After processing all of this, I am just so angry that I created a Reddit account for the sole purpose of needing to let all of these emotions out and tbh this subreddit had help me a lot when I first adopted her. I've talked to friends about this too but I am honestly still so pissed off. I'm mad at the old owner for leaving her behind and not bothering to give her regular checkups. He/she/they couldn't be bothered to leave a note like, "btw she has kidney issues so make sure she gets special food" when they dumped her if they knew? She could've been put on a diet earlier on so she wouldn't suffer and be able to extend years to her life. I'm mad at the SPCA for not running a basic blood test and letting me know she had these issues (which I also find really sus since they had to guess her age and she had gotten spayed by them, is it not common to run this sort of test beforehand?), not because I would've changed my mind (I know what I was signing up for when I adopted an older dog) but again, I could've prevented her from having a hell of a week of vomiting and not eating and being put on unnecessary meds. Also sidenote, I updated the SPCA chick about my dog's latest condition since she gave me this sob story of how much she loved her and it broke her heart that I'm taking the dog home when I first came to adopt my dog, and she read my message without replying(SO MUCH FOR LOVING HER). Kinda mad at her other vets too for not taking my concerns more seriously. I get they can only do so much but still at her age, wished they were a bit more proactive here. I recognize I'm just mad right now and want to find people to blame but yeah.

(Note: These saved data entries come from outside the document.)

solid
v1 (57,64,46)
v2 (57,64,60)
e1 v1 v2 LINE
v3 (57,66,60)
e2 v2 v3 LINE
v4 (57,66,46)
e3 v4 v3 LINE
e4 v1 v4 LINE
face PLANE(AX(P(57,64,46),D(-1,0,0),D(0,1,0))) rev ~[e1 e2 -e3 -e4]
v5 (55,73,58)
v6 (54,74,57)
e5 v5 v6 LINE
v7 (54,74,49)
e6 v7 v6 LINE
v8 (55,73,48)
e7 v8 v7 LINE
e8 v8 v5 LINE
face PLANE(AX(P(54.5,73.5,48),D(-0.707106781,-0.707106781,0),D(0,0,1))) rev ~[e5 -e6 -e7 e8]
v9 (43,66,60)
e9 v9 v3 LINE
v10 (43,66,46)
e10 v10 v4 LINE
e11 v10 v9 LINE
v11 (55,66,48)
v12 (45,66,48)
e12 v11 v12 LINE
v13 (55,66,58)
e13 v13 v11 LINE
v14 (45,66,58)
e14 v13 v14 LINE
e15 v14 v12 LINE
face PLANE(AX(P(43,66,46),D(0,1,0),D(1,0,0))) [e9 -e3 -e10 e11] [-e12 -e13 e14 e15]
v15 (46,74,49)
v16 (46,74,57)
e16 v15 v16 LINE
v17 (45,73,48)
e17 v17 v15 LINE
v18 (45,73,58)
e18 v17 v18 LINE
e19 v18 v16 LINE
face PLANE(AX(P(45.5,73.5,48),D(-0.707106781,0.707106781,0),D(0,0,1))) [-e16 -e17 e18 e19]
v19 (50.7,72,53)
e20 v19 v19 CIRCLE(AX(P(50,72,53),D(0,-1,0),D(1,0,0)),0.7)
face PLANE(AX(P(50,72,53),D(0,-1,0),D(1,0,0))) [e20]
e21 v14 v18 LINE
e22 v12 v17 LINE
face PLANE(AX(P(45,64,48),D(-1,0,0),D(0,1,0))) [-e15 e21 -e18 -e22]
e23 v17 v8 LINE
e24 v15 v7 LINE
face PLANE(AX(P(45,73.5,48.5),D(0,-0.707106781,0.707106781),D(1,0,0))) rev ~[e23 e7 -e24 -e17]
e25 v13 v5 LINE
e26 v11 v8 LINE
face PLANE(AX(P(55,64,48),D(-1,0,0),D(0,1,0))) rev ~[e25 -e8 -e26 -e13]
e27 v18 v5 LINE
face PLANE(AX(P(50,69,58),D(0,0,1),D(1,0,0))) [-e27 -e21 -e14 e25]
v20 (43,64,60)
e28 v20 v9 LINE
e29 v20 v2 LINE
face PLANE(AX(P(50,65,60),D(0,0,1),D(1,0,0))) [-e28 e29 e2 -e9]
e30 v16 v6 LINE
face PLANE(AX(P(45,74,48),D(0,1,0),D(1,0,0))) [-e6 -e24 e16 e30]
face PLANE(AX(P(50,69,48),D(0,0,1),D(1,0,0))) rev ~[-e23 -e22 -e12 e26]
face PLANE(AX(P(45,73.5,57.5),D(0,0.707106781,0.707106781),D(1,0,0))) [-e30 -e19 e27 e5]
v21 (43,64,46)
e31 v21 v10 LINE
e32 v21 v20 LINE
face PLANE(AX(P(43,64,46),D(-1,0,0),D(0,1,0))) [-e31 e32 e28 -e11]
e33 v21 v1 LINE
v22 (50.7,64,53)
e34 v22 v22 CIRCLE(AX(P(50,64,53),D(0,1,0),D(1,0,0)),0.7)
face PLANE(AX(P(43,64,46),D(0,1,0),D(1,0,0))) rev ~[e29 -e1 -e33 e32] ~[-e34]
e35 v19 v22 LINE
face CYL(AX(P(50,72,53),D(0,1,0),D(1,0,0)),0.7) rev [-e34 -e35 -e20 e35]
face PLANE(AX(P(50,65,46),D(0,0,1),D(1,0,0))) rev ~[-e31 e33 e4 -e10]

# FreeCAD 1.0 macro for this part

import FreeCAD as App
import Part
import Sketcher


def edges_at(feature, points):
    """Names of the edges that pass closest to the given points."""
    edges = feature.Shape.Edges
    near = lambda p: min(range(len(edges)), key=lambda i: edges[i].distToShape(Part.Vertex(*p))[0])
    return sorted({f"Edge{near(p) + 1}" for p in points})

doc = App.newDocument("Part")
body = doc.addObject("PartDesign::Body", "Body")

sketch1 = body.newObject("Sketcher::SketchObject", "Sketch")
sketch1.AttachmentSupport = (doc.getObject("XY_Plane"), [""])
sketch1.MapMode = "FlatFace"
sketch1.addGeometry(Part.Circle(App.Vector(0, 0, 0), App.Vector(0, 0, 1), 0.7), False)
sketch1.addConstraint([
    Sketcher.Constraint("Coincident", 0, 3, -1, 1),
    Sketcher.Constraint("Diameter", 0, 1.4),
])
pad1 = body.newObject("PartDesign::Pad", "Pad")
pad1.Profile = sketch1
pad1.Length = 10
body2 = doc.addObject("PartDesign::Body", "Body001")
doc.recompute()

body.Placement = App.Placement(App.Vector(0, 0, 0), App.Rotation(App.Vector(1, 0, 0), 90))
boolean = body2.newObject("PartDesign::Boolean", "Boolean")
boolean.Type = "Fuse"
boolean.addObjects([body])
body3 = doc.addObject("PartDesign::Body", "Body002")
doc.recompute()

body2.Placement = App.Placement(App.Vector(50, 72, 53), App.Rotation(App.Vector(0, 0, 1), 0))
boolean2 = body3.newObject("PartDesign::Boolean", "Boolean001")
boolean2.Type = "Fuse"
boolean2.addObjects([body2])
body4 = doc.addObject("PartDesign::Body", "Body003")

sketch2 = body4.newObject("Sketcher::SketchObject", "Sketch001")
sketch2.AttachmentSupport = (doc.getObject("XY_Plane003"), [""])
sketch2.MapMode = "FlatFace"
sketch2.addGeometry([
    Part.LineSegment(App.Vector(-37, 2, 0), App.Vector(-37, 0, 0)),
    Part.LineSegment(App.Vector(-37, 0, 0), App.Vector(-23, 0, 0)),
    Part.LineSegment(App.Vector(-23, 0, 0), App.Vector(-23, 2, 0)),
    Part.LineSegment(App.Vector(-23, 2, 0), App.Vector(-37, 2, 0)),
], False)
sketch2.addConstraint([
    Sketcher.Constraint("Coincident", 0, 2, 1, 1),
    Sketcher.Constraint("Coincident", 1, 2, 2, 1),
    Sketcher.Constraint("Coincident", 2, 2, 3, 1),
    Sketcher.Constraint("Coincident", 3, 2, 0, 1),
    Sketcher.Constraint("Vertical", 0),
    Sketcher.Constraint("Horizontal", 1),
    Sketcher.Constraint("Vertical", 2),
    Sketcher.Constraint("Horizontal", 3),
    Sketcher.Constraint("PointOnObject", 0, 2, -1),
    Sketcher.Constraint("DistanceX", 1, 1, 1, 2, 14.0),
    Sketcher.Constraint("DistanceY", 0, 2, 0, 1, 2.0),
    Sketcher.Constraint("DistanceX", 0, 2, -1, 1, 37.0),
])
pad2 = body4.newObject("PartDesign::Pad", "Pad001")
pad2.Profile = sketch2
pad2.Length = 14
body5 = doc.addObject("PartDesign::Body", "Body004")

sketch3 = body5.newObject("Sketcher::SketchObject", "Sketch002")
sketch3.AttachmentSupport = (doc.getObject("XY_Plane004"), [""])
sketch3.MapMode = "FlatFace"
sketch3.AttachmentOffset = App.Placement(App.Vector(0, 0, 2), App.Rotation())
sketch3.addGeometry([
    Part.LineSegment(App.Vector(-35, 10, 0), App.Vector(-35, 0, 0)),
    Part.LineSegment(App.Vector(-35, 0, 0), App.Vector(-25, 0, 0)),
    Part.LineSegment(App.Vector(-25, 0, 0), App.Vector(-25, 10, 0)),
    Part.LineSegment(App.Vector(-25, 10, 0), App.Vector(-35, 10, 0)),
], False)
sketch3.addConstraint([
    Sketcher.Constraint("Coincident", 0, 2, 1, 1),
    Sketcher.Constraint("Coincident", 1, 2, 2, 1),
    Sketcher.Constraint("Coincident", 2, 2, 3, 1),
    Sketcher.Constraint("Coincident", 3, 2, 0, 1),
    Sketcher.Constraint("Vertical", 0),
    Sketcher.Constraint("Horizontal", 1),
    Sketcher.Constraint("Vertical", 2),
    Sketcher.Constraint("Horizontal", 3),
    Sketcher.Constraint("PointOnObject", 0, 2, -1),
    Sketcher.Constraint("Equal", 3, 0),
    Sketcher.Constraint("DistanceX", 1, 1, 1, 2, 10.0),
    Sketcher.Constraint("DistanceX", 0, 2, -1, 1, 35.0),
])
pad3 = body5.newObject("PartDesign::Pad", "Pad002")
pad3.Profile = sketch3
pad3.Length = 10
doc.recompute()

boolean3 = body5.newObject("PartDesign::Boolean", "Boolean002")
boolean3.Type = "Fuse"
boolean3.addObjects([body4])
body6 = doc.addObject("PartDesign::Body", "Body005")
doc.recompute()

body5.Placement = App.Placement(App.Vector(80, 64, 46), App.Rotation(App.Vector(0, 0, 1), 0))
boolean4 = body6.newObject("PartDesign::Boolean", "Boolean003")
boolean4.Type = "Fuse"
boolean4.addObjects([body5])
doc.recompute()

chamfer = body6.newObject("PartDesign::Chamfer", "Chamfer")
chamfer.Base = (boolean4, edges_at(boolean4, [
    (45, 74, 53),
    (50, 74, 48),
    (55, 74, 53),
    (50, 74, 58),
]))
chamfer.Size = 1
doc.recompute()

boolean5 = body6.newObject("PartDesign::Boolean", "Boolean004")
boolean5.Type = "Cut"
boolean5.addObjects([body3])

doc.recompute()
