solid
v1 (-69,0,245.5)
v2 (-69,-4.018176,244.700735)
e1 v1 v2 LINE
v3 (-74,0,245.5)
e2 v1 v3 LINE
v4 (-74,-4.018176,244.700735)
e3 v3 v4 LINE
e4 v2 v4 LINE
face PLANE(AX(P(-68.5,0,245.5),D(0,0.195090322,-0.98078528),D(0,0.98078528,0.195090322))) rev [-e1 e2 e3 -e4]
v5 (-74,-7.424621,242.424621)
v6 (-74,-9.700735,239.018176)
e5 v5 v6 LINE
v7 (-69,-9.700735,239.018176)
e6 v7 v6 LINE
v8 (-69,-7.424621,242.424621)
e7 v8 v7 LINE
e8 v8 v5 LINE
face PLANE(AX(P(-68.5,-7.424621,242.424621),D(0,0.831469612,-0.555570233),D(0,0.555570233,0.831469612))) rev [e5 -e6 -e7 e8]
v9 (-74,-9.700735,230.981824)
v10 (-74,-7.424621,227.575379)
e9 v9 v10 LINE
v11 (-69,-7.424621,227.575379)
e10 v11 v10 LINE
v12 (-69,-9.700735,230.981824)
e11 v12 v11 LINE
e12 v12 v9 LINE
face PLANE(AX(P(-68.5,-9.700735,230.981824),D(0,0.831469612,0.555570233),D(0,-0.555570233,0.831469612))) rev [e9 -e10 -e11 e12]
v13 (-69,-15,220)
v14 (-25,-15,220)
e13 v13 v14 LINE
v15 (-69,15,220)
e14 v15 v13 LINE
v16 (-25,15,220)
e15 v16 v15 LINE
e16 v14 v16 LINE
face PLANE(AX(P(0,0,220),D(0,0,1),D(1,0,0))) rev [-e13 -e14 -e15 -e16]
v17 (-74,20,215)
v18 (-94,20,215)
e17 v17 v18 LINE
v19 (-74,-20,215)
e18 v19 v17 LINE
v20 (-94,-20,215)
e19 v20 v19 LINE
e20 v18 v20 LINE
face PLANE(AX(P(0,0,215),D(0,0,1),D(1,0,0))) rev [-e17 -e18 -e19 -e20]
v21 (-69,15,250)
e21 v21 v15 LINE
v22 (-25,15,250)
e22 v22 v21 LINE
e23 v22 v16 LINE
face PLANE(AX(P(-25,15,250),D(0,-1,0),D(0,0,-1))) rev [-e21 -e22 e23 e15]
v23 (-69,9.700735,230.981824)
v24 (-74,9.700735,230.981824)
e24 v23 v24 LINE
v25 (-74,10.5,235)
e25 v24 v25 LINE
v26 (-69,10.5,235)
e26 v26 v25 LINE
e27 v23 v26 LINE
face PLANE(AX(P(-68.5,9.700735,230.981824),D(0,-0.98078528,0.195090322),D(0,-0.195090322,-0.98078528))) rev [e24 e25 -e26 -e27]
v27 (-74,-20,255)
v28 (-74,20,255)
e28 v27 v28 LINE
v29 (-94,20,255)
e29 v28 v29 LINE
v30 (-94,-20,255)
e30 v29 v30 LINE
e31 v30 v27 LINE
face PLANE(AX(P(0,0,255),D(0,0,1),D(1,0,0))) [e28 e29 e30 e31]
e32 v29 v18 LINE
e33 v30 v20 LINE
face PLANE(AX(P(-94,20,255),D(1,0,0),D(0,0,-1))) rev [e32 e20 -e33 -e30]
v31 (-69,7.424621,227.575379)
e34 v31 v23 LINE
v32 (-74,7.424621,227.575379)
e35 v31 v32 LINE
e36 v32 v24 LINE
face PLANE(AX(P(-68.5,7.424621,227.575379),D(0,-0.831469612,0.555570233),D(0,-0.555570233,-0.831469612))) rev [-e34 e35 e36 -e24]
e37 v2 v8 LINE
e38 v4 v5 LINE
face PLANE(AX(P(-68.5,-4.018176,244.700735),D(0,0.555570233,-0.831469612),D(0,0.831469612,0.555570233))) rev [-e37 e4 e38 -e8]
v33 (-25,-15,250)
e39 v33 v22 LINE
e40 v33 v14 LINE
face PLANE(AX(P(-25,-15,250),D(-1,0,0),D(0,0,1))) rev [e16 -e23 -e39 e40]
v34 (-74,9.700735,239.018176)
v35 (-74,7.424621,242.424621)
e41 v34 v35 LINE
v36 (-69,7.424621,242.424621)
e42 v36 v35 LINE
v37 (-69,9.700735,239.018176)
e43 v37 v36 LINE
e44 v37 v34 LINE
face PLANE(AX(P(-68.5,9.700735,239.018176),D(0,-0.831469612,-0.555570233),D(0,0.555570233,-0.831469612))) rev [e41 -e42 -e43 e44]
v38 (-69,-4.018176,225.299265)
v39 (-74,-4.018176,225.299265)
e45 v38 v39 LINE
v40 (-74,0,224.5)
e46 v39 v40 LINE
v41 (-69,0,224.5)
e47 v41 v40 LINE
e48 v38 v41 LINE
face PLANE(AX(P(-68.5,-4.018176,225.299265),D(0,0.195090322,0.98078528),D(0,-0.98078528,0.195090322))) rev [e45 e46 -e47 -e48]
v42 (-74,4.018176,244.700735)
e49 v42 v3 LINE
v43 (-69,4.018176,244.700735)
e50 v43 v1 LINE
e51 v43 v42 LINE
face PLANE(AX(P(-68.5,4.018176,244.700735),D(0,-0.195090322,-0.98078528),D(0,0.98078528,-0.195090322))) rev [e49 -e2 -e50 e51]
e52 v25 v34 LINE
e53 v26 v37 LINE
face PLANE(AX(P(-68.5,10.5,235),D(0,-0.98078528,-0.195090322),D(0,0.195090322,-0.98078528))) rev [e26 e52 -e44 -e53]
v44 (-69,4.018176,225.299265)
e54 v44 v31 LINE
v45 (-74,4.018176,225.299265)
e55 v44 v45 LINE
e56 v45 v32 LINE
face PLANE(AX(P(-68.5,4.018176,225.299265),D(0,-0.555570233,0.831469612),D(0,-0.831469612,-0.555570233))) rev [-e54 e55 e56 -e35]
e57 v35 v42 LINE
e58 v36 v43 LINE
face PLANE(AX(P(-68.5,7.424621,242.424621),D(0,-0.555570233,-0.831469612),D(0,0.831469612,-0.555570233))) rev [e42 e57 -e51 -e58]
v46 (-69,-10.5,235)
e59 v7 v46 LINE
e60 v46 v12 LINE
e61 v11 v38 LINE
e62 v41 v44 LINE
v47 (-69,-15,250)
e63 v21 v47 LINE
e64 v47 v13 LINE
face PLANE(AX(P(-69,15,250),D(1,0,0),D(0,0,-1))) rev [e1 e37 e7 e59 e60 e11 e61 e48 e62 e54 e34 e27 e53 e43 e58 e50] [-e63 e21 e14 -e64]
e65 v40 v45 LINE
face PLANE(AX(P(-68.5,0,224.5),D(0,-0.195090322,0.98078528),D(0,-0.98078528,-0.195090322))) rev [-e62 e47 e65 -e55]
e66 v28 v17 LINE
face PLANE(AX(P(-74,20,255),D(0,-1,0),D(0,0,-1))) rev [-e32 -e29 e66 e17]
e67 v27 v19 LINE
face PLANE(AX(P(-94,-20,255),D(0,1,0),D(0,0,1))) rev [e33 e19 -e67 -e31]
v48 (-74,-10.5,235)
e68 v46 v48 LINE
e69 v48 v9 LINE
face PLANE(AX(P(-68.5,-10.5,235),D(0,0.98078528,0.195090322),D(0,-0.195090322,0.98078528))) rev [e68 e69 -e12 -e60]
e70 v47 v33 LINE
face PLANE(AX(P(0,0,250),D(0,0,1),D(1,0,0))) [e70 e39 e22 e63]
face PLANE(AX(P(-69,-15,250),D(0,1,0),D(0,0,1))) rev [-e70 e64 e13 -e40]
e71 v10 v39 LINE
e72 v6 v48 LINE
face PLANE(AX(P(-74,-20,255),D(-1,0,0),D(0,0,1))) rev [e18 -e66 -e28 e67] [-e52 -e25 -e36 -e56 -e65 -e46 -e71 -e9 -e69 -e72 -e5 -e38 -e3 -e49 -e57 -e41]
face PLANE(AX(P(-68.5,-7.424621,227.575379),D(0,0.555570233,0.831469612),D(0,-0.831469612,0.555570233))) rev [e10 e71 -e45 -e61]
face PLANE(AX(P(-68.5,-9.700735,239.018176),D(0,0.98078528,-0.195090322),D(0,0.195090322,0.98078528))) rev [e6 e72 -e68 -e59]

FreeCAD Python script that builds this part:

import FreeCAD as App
import Part
import Sketcher
from FreeCAD import Vector
Q = App.Units.Quantity

doc = App.newDocument("Part")
body = doc.addObject("PartDesign::Body", "Body")

# Sketch on XY plane
sketch1 = body.newObject("Sketcher::SketchObject", "Sketch")
sketch1.AttachmentSupport = (doc.getObject("XY_Plane"), [""])
sketch1.MapMode = "FlatFace"
sketch1.AttachmentOffset = App.Placement(Vector(0, 0, 215), App.Rotation())
sketch1.addGeometry([
    Part.LineSegment(Vector(-94, 20, 0), Vector(-94, -20, 0)),
    Part.LineSegment(Vector(-94, -20, 0), Vector(-74, -20, 0)),
    Part.LineSegment(Vector(-74, -20, 0), Vector(-74, 20, 0)),
    Part.LineSegment(Vector(-74, 20, 0), Vector(-94, 20, 0)),
], False)
sketch1.addConstraint([
    Sketcher.Constraint("Coincident", 0, 2, 1, 1),
    Sketcher.Constraint("Coincident", 1, 2, 2, 1),
    Sketcher.Constraint("Coincident", 2, 2, 3, 1),
    Sketcher.Constraint("Coincident", 3, 2, 0, 1),
    Sketcher.Constraint("Vertical", 0),
    Sketcher.Constraint("Horizontal", 1),
    Sketcher.Constraint("Vertical", 2),
    Sketcher.Constraint("Horizontal", 3),
    Sketcher.Constraint("DistanceX", 1, 1, 1, 2, 20.0),
    Sketcher.Constraint("DistanceY", 0, 2, 0, 1, 40.0),
    Sketcher.Constraint("DistanceX", 0, 2, -1, 1, 94.0),
    Sketcher.Constraint("DistanceY", 0, 2, -1, 1, 20.0),
])
pad1 = body.newObject("PartDesign::Pad", "Pad")
pad1.Profile = sketch1
pad1.Length = 40

# Sketch on YZ plane
sketch2 = body.newObject("Sketcher::SketchObject", "Sketch001")
sketch2.AttachmentSupport = (doc.getObject("YZ_Plane"), [""])
sketch2.MapMode = "FlatFace"
sketch2.AttachmentOffset = App.Placement(Vector(0, 0, -74.5), App.Rotation())
sketch2.addGeometry([
    Part.LineSegment(Vector(9.7, 239, 0), Vector(7.4, 242.4, 0)),  # 0
    Part.LineSegment(Vector(7.4, 242.4, 0), Vector(4, 244.7, 0)),  # 1
    Part.LineSegment(Vector(4, 244.7, 0), Vector(0, 245.5, 0)),  # 2
    Part.LineSegment(Vector(0, 245.5, 0), Vector(-4, 244.7, 0)),  # 3
    Part.LineSegment(Vector(-4, 244.7, 0), Vector(-7.4, 242.4, 0)),  # 4
    Part.LineSegment(Vector(-7.4, 242.4, 0), Vector(-9.7, 239, 0)),  # 5
    Part.LineSegment(Vector(-9.7, 239, 0), Vector(-10.5, 235, 0)),  # 6
    Part.LineSegment(Vector(-10.5, 235, 0), Vector(-9.7, 231, 0)),  # 7
    Part.LineSegment(Vector(-9.7, 231, 0), Vector(-7.4, 227.6, 0)),  # 8
    Part.LineSegment(Vector(-7.4, 227.6, 0), Vector(-4, 225.3, 0)),  # 9
    Part.LineSegment(Vector(-4, 225.3, 0), Vector(0, 224.5, 0)),  # 10
    Part.LineSegment(Vector(0, 224.5, 0), Vector(4, 225.3, 0)),  # 11
    Part.LineSegment(Vector(4, 225.3, 0), Vector(7.4, 227.6, 0)),  # 12
    Part.LineSegment(Vector(7.4, 227.6, 0), Vector(9.7, 231, 0)),  # 13
    Part.LineSegment(Vector(9.7, 231, 0), Vector(10.5, 235, 0)),  # 14
    Part.LineSegment(Vector(10.5, 235, 0), Vector(9.7, 239, 0)),  # 15
], False)
sketch2.addConstraint([
    Sketcher.Constraint("Coincident", 0, 2, 1, 1),
    Sketcher.Constraint("Coincident", 1, 2, 2, 1),
    Sketcher.Constraint("Coincident", 2, 2, 3, 1),
    Sketcher.Constraint("Coincident", 3, 2, 4, 1),
    Sketcher.Constraint("Coincident", 4, 2, 5, 1),
    Sketcher.Constraint("Coincident", 5, 2, 6, 1),
    Sketcher.Constraint("Coincident", 6, 2, 7, 1),
    Sketcher.Constraint("Coincident", 7, 2, 8, 1),
    Sketcher.Constraint("Coincident", 8, 2, 9, 1),
    Sketcher.Constraint("Coincident", 9, 2, 10, 1),
    Sketcher.Constraint("Coincident", 10, 2, 11, 1),
    Sketcher.Constraint("Coincident", 11, 2, 12, 1),
    Sketcher.Constraint("Coincident", 12, 2, 13, 1),
    Sketcher.Constraint("Coincident", 13, 2, 14, 1),
    Sketcher.Constraint("Coincident", 14, 2, 15, 1),
    Sketcher.Constraint("Coincident", 15, 2, 0, 1),
    Sketcher.Constraint("Symmetric", 1, 2, 3, 2, -2),
    Sketcher.Constraint("Symmetric", 0, 2, 4, 2, -2),
    Sketcher.Constraint("Symmetric", 9, 2, 11, 2, -2),
    Sketcher.Constraint("Symmetric", 8, 2, 12, 2, -2),
    Sketcher.Constraint("Symmetric", 7, 2, 13, 2, -2),
    Sketcher.Constraint("Symmetric", 6, 2, 14, 2, -2),
    Sketcher.Constraint("Symmetric", 5, 2, 15, 2, -2),
    Sketcher.Constraint("PointOnObject", 2, 2, -2),
    Sketcher.Constraint("PointOnObject", 10, 2, -2),
    Sketcher.Constraint("Perpendicular", 0, 4),
    Sketcher.Constraint("Perpendicular", 2, 6),
    Sketcher.Constraint("Perpendicular", 3, 7),
    Sketcher.Constraint("Perpendicular", 4, 8),
    Sketcher.Constraint("Perpendicular", 5, 9),
    Sketcher.Constraint("Perpendicular", 6, 10),
    Sketcher.Constraint("Vertical", 5, 2, 7, 2),
    Sketcher.Constraint("Vertical", 4, 2, 8, 2),
    Sketcher.Constraint("Vertical", 3, 2, 9, 2),
    Sketcher.Constraint("Equal", 0, 1),
    Sketcher.Constraint("Equal", 1, 2),
    Sketcher.Constraint("Equal", 5, 6),
    Sketcher.Constraint("DistanceY", -1, 1, 6, 2, 235.0),
    Sketcher.Constraint("DistanceY", -1, 1, 2, 2, 245.5),
    Sketcher.Constraint("Angle", 0, Q("123.75 deg")),
    Sketcher.Constraint("Angle", 2, Q("168.75 deg")),
])
pad2 = body.newObject("PartDesign::Pad", "Pad001")
pad2.Profile = sketch2
pad2.Length = 6

# Sketch on XY plane
sketch3 = body.newObject("Sketcher::SketchObject", "Sketch002")
sketch3.AttachmentSupport = (doc.getObject("XY_Plane"), [""])
sketch3.MapMode = "FlatFace"
sketch3.AttachmentOffset = App.Placement(Vector(0, 0, 220), App.Rotation())
sketch3.addGeometry([
    Part.LineSegment(Vector(-69, 15, 0), Vector(-69, -15, 0)),
    Part.LineSegment(Vector(-69, -15, 0), Vector(-25, -15, 0)),
    Part.LineSegment(Vector(-25, -15, 0), Vector(-25, 15, 0)),
    Part.LineSegment(Vector(-25, 15, 0), Vector(-69, 15, 0)),
], False)
sketch3.addConstraint([
    Sketcher.Constraint("Coincident", 0, 2, 1, 1),
    Sketcher.Constraint("Coincident", 1, 2, 2, 1),
    Sketcher.Constraint("Coincident", 2, 2, 3, 1),
    Sketcher.Constraint("Coincident", 3, 2, 0, 1),
    Sketcher.Constraint("Vertical", 0),
    Sketcher.Constraint("Horizontal", 1),
    Sketcher.Constraint("Vertical", 2),
    Sketcher.Constraint("Horizontal", 3),
    Sketcher.Constraint("DistanceX", 1, 1, 1, 2, 44.0),
    Sketcher.Constraint("DistanceY", 0, 2, 0, 1, 30.0),
    Sketcher.Constraint("DistanceX", 0, 2, -1, 1, 69.0),
    Sketcher.Constraint("DistanceY", 0, 2, -1, 1, 15.0),
])
pad3 = body.newObject("PartDesign::Pad", "Pad002")
pad3.Profile = sketch3
pad3.Length = 30

doc.recompute()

I cried all day because I do love her and am so worried about what comes next. If the treatment doesn't improve her condition, what next? Anyone has any experience w this? Do I have weeks or months or years with her? Would she suffer more as time goes by? Everyone is telling me that I shouldn't think of the worst and be positive and I wish I could but I'm sure some of you can relate w how strongly we feel about our dog babies and I'm feeling really lost right now.

Anyway, thanks for reading my super long post and wish you a better day than mine. You deserve to be happy, friend. Stay safe, stay healthy.